--- Material supplied Enclosed Below ---

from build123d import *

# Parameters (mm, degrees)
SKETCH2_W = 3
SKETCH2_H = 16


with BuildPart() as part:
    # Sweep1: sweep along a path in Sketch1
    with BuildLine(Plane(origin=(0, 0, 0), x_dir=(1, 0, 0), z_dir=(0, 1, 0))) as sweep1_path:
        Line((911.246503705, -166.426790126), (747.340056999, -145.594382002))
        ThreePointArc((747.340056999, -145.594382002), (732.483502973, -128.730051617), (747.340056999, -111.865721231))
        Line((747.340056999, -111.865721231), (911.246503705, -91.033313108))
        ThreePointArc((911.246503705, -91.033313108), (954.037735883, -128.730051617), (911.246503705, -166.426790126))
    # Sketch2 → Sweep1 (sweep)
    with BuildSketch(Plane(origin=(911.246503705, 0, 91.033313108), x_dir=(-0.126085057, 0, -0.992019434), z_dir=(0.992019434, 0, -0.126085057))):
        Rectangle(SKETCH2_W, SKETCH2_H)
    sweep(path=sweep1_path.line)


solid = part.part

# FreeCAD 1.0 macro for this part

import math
import FreeCAD as App
import Part
import Sketcher
from FreeCAD import Vector
Q = App.Units.Quantity


def add_polygon(sketch, points):
    """Adds a closed chain of lines whose ends are joined by coincident constraints."""
    first, n = sketch.GeometryCount, len(points)
    for a, b in zip(points, points[1:] + points[:1]):
        sketch.addGeometry(Part.LineSegment(App.Vector(*a, 0), App.Vector(*b, 0)), False)
    for i in range(n):
        sketch.addConstraint(Sketcher.Constraint("Coincident", first + i, 2, first + (i + 1) % n, 1))

doc = App.newDocument("Part")
body = doc.addObject("PartDesign::Body", "Body")

sketch1 = body.newObject("Sketcher::SketchObject", "Sketch")
sketch1.Placement = App.Placement(Vector(911.246504, 0, 91.033313), App.Rotation(Vector(-0.126085057, 0, -0.992019434), Vector(0, 0.999999999, 0), Vector(0.992019434, 0, -0.126085057), "ZXY"))
add_polygon(sketch1, [(-1.5, 8), (-1.5, -8), (1.5, -8), (1.5, 8)])
sketch1.addConstraint(Sketcher.Constraint("Vertical", 0))
sketch1.addConstraint(Sketcher.Constraint("Horizontal", 1))
sketch1.addConstraint(Sketcher.Constraint("Vertical", 2))
sketch1.addConstraint(Sketcher.Constraint("Horizontal", 3))
sketch1.addConstraint(Sketcher.Constraint("Symmetric", 0, 2, 2, 2, -1, 1))
sketch1.addConstraint(Sketcher.Constraint("DistanceX", 1, 1, 1, 2, Q("3 mm")))
sketch1.addConstraint(Sketcher.Constraint("DistanceY", 0, 2, 0, 1, Q("16 mm")))

sketch2 = body.newObject("Sketcher::SketchObject", "Sketch001")
sketch2.AttachmentSupport = (doc.getObject("XZ_Plane"), [""])
sketch2.MapMode = "FlatFace"
sketch2.addGeometry(Part.LineSegment(Vector(911.246504, 166.42679, 0), Vector(747.340057, 145.594382, 0)), False)
sketch2.addGeometry(Part.ArcOfCircle(Part.Circle(Vector(749.483503, 128.730052, 0), Vector(0, 0, 1), 17), math.radians(97.243421), math.radians(262.756579)), False)
sketch2.addGeometry(Part.LineSegment(Vector(747.340057, 111.865721, 0), Vector(911.246504, 91.033313, 0)), False)
sketch2.addGeometry(Part.ArcOfCircle(Part.Circle(Vector(916.037736, 128.730052, 0), Vector(0, 0, 1), 38), math.radians(-97.243421), math.radians(97.243421)), False)
sketch2.addConstraint(Sketcher.Constraint("Tangent", 0, 2, 1, 1))
sketch2.addConstraint(Sketcher.Constraint("Tangent", 1, 2, 2, 1))
sketch2.addConstraint(Sketcher.Constraint("Tangent", 2, 2, 3, 1))
sketch2.addConstraint(Sketcher.Constraint("Tangent", 3, 2, 0, 1))
sketch2.addConstraint(Sketcher.Constraint("Horizontal", 1, 3, 3, 3))
sketch2.addConstraint(Sketcher.Constraint("Radius", 1, Q("17 mm")))
sketch2.addConstraint(Sketcher.Constraint("Radius", 3, Q("38 mm")))
sketch2.addConstraint(Sketcher.Constraint("DistanceX", 1, 3, 2, 2, Q("161.763001 mm")))
sketch2.addConstraint(Sketcher.Constraint("DistanceY", -1, 1, 1, 3, Q("128.730052 mm")))
sketch2.addConstraint(Sketcher.Constraint("DistanceX", -1, 1, 1, 3, Q("749.483503 mm")))
doc.recompute()

additivepipe = body.newObject("PartDesign::AdditivePipe", "AdditivePipe")
additivepipe.Profile = sketch1
additivepipe.Spine = (sketch2, ["Edge1", "Edge2", "Edge3", "Edge4"])

doc.recompute()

--- End of Enclosed Material supplied ---

**Exercise goal**:
In the entries above, the lines between the one holding "Rectangle(SKETCH2_W, SKETCH2_H)" and the one holding "# FreeCAD 1.0 macro for this part", inclusive, are to be printed exactly as written, and those alone.

**Response**:
        Rectangle(SKETCH2_W, SKETCH2_H)
    sweep(path=sweep1_path.line)


solid = part.part

# FreeCAD 1.0 macro for this part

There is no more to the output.